A procedure is like a recipe: a combination of tools and techniques that, in concert, produce a particular product. For instance, as we will see in later sections, our test plans describe our test procedures; they tell us which tools will be used on which data sets under which circumstances so we can determine whether our software meets its requirements.

Finally, a paradigm is like a cooking style; it represents a particular approach or philosophy for building software. Just as we can distinguish French cooking from Chinese cooking, so too do we distinguish paradigms like object-oriented development from procedural ones. One is not better than another; each has its advantages and disadvantages, and there may be situations when one is more appropriate than another.

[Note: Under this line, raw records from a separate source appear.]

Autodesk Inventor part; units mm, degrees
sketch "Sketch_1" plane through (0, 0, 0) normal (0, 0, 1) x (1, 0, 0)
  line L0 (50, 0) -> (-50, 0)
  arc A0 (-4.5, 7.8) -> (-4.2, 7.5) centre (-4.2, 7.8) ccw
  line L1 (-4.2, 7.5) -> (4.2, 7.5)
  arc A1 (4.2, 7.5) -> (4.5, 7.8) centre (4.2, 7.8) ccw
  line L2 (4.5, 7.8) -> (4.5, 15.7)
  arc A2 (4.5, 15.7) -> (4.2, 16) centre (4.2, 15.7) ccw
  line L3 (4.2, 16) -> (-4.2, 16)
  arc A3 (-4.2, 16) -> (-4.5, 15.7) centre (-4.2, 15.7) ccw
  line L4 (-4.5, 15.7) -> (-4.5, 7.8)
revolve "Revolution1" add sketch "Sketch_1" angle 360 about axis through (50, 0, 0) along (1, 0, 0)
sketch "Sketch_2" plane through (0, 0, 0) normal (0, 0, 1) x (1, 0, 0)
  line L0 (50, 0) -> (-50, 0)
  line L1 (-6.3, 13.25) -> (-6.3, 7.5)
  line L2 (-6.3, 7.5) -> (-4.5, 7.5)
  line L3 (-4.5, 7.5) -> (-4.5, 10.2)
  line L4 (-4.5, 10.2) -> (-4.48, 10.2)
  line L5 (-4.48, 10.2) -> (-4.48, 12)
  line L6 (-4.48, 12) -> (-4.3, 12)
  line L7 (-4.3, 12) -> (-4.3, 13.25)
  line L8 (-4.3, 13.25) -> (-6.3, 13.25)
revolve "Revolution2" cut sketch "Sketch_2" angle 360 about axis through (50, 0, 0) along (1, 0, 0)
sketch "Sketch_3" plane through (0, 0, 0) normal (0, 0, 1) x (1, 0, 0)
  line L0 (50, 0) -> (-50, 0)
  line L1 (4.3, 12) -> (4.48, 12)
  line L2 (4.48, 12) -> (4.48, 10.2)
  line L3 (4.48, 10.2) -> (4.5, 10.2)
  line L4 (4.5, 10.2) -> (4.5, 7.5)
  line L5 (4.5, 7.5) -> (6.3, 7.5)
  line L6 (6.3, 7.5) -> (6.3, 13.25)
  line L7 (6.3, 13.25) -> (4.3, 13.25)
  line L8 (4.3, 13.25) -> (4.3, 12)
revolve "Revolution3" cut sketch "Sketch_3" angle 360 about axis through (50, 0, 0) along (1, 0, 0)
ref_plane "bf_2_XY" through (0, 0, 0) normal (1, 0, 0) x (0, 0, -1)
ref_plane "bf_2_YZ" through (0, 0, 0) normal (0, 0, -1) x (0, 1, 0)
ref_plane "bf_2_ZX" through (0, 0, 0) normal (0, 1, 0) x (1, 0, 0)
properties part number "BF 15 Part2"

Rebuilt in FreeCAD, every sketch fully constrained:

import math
import FreeCAD as App
import Part
import Sketcher
from FreeCAD import Vector


def add_polygon(sketch, points):
    """Adds a closed chain of lines whose ends are joined by coincident constraints."""
    first, n = sketch.GeometryCount, len(points)
    for a, b in zip(points, points[1:] + points[:1]):
        sketch.addGeometry(Part.LineSegment(App.Vector(*a, 0), App.Vector(*b, 0)), False)
    for i in range(n):
        sketch.addConstraint(Sketcher.Constraint("Coincident", first + i, 2, first + (i + 1) % n, 1))

doc = App.newDocument("Part")
body = doc.addObject("PartDesign::Body", "Body")

# Sketch on XY plane
sketch1 = body.newObject("Sketcher::SketchObject", "Sketch")
sketch1.AttachmentSupport = (doc.getObject("XY_Plane"), [""])
sketch1.MapMode = "FlatFace"
sketch1.addGeometry([
    Part.LineSegment(Vector(-4.5, 15.7, 0), Vector(-4.5, 7.8, 0)),  # 0
    Part.ArcOfCircle(Part.Circle(Vector(-4.2, 7.8, 0), Vector(0, 0, 1), 0.3), math.radians(180), math.radians(270)),  # 1
    Part.LineSegment(Vector(-4.2, 7.5, 0), Vector(4.2, 7.5, 0)),  # 2
    Part.ArcOfCircle(Part.Circle(Vector(4.2, 7.8, 0), Vector(0, 0, 1), 0.3), math.radians(-90), math.radians(0)),  # 3
    Part.LineSegment(Vector(4.5, 7.8, 0), Vector(4.5, 15.7, 0)),  # 4
    Part.ArcOfCircle(Part.Circle(Vector(4.2, 15.7, 0), Vector(0, 0, 1), 0.3), math.radians(0), math.radians(90)),  # 5
    Part.LineSegment(Vector(4.2, 16, 0), Vector(-4.2, 16, 0)),  # 6
    Part.ArcOfCircle(Part.Circle(Vector(-4.2, 15.7, 0), Vector(0, 0, 1), 0.3), math.radians(90), math.radians(180)),  # 7
], False)
sketch1.addConstraint([
    Sketcher.Constraint("Tangent", 0, 2, 1, 1),
    Sketcher.Constraint("Tangent", 1, 2, 2, 1),
    Sketcher.Constraint("Tangent", 2, 2, 3, 1),
    Sketcher.Constraint("Tangent", 3, 2, 4, 1),
    Sketcher.Constraint("Tangent", 4, 2, 5, 1),
    Sketcher.Constraint("Tangent", 5, 2, 6, 1),
    Sketcher.Constraint("Tangent", 6, 2, 7, 1),
    Sketcher.Constraint("Tangent", 7, 2, 0, 1),
    Sketcher.Constraint("Vertical", 0),
    Sketcher.Constraint("Horizontal", 2),
    Sketcher.Constraint("Vertical", 4),
    Sketcher.Constraint("Horizontal", 6),
    Sketcher.Constraint("Equal", 1, 3),
    Sketcher.Constraint("Equal", 3, 5),
    Sketcher.Constraint("Equal", 5, 7),
    Sketcher.Constraint("Radius", 1, 0.3),
    Sketcher.Constraint("DistanceX", 2, 1, 2, 2, 8.4),
    Sketcher.Constraint("DistanceY", 0, 2, 0, 1, 7.9),
    Sketcher.Constraint("DistanceY", -1, 1, 5, 2, 16.0),
    Sketcher.Constraint("DistanceX", 1, 3, -1, 1, 4.2),
])
revolution = body.newObject("PartDesign::Revolution", "Revolution")
revolution.Profile = sketch1
revolution.ReferenceAxis = (sketch1, ["H_Axis"])
revolution.Angle = 360

# Sketch on XY plane
sketch2 = body.newObject("Sketcher::SketchObject", "Sketch001")
sketch2.AttachmentSupport = (doc.getObject("XY_Plane"), [""])
sketch2.MapMode = "FlatFace"
add_polygon(sketch2, [(-4.3, 13.25), (-6.3, 13.25), (-6.3, 7.5), (-4.5, 7.5), (-4.5, 10.2), (-4.48, 10.2), (-4.48, 12), (-4.3, 12)])  # lines 0-7
sketch2.addConstraint([
    Sketcher.Constraint("Horizontal", 0),
    Sketcher.Constraint("Vertical", 1),
    Sketcher.Constraint("Horizontal", 2),
    Sketcher.Constraint("Vertical", 3),
    Sketcher.Constraint("Horizontal", 4),
    Sketcher.Constraint("Vertical", 5),
    Sketcher.Constraint("Horizontal", 6),
    Sketcher.Constraint("Vertical", 7),
    Sketcher.Constraint("Equal", 2, 5),
    Sketcher.Constraint("DistanceX", 0, 2, 0, 1, 2.0),
    Sketcher.Constraint("DistanceX", 2, 1, 2, 2, 1.8),
    Sketcher.Constraint("DistanceY", 3, 1, 3, 2, 2.7),
    Sketcher.Constraint("DistanceY", -1, 1, 5, 2, 12.0),
    Sketcher.Constraint("DistanceX", 4, 1, 4, 2, 0.02),
    Sketcher.Constraint("DistanceY", 1, 2, 1, 1, 5.75),
    Sketcher.Constraint("DistanceX", 0, 2, -1, 1, 6.3),
])
groove = body.newObject("PartDesign::Groove", "Groove")
groove.Profile = sketch2
groove.ReferenceAxis = (sketch2, ["H_Axis"])
groove.Angle = 360

# Sketch on XY plane
sketch3 = body.newObject("Sketcher::SketchObject", "Sketch002")
sketch3.AttachmentSupport = (doc.getObject("XY_Plane"), [""])
sketch3.MapMode = "FlatFace"
add_polygon(sketch3, [(4.3, 13.25), (4.3, 12), (4.48, 12), (4.48, 10.2), (4.5, 10.2), (4.5, 7.5), (6.3, 7.5), (6.3, 13.25)])  # lines 0-7
sketch3.addConstraint([
    Sketcher.Constraint("Vertical", 0),
    Sketcher.Constraint("Horizontal", 1),
    Sketcher.Constraint("Vertical", 2),
    Sketcher.Constraint("Horizontal", 3),
    Sketcher.Constraint("Vertical", 4),
    Sketcher.Constraint("Horizontal", 5),
    Sketcher.Constraint("Vertical", 6),
    Sketcher.Constraint("Horizontal", 7),
    Sketcher.Constraint("Equal", 5, 2),
    Sketcher.Constraint("DistanceX", 7, 2, 7, 1, 2.0),
    Sketcher.Constraint("DistanceX", 5, 1, 5, 2, 1.8),
    Sketcher.Constraint("DistanceY", 4, 2, 4, 1, 2.7),
    Sketcher.Constraint("DistanceY", -1, 1, 0, 2, 12.0),
    Sketcher.Constraint("DistanceX", 1, 1, 1, 2, 0.18),
    Sketcher.Constraint("DistanceY", 0, 2, 0, 1, 1.25),
    Sketcher.Constraint("DistanceX", -1, 1, 0, 2, 4.3),
])
groove2 = body.newObject("PartDesign::Groove", "Groove001")
groove2.Profile = sketch3
groove2.ReferenceAxis = (sketch3, ["H_Axis"])
groove2.Angle = 360

doc.recompute()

Software engineers use tools, techniques, procedures, and paradigms to enhance the quality of their software products. Their aim is to use efficient and productive approaches to generate effective solutions to problems. In the sections that follow, we will highlight particular approaches that support the development and maintenance activities we de scribe. An up-to-date set of pointers to tools and techniques is listed in this guide’s associated home page on the World Wide Web.

Where Does the Software Engineer Fit In?

To understand how a software engineer fits into the computer science world, let us look to another discipline for an example. Consider the study of chemistry and its use to solve problems. The chemist investigates chemicals: their structure, their interactions, and the theory behind their behavior. Chemical engineers apply the results of the chemist’s studies to a variety of problems. Chemistry as viewed by chemists is the object of study. On the other hand, chemistry for a chemical engineer is a tool to be used to address a general problem (which may not even be “chemical” in nature).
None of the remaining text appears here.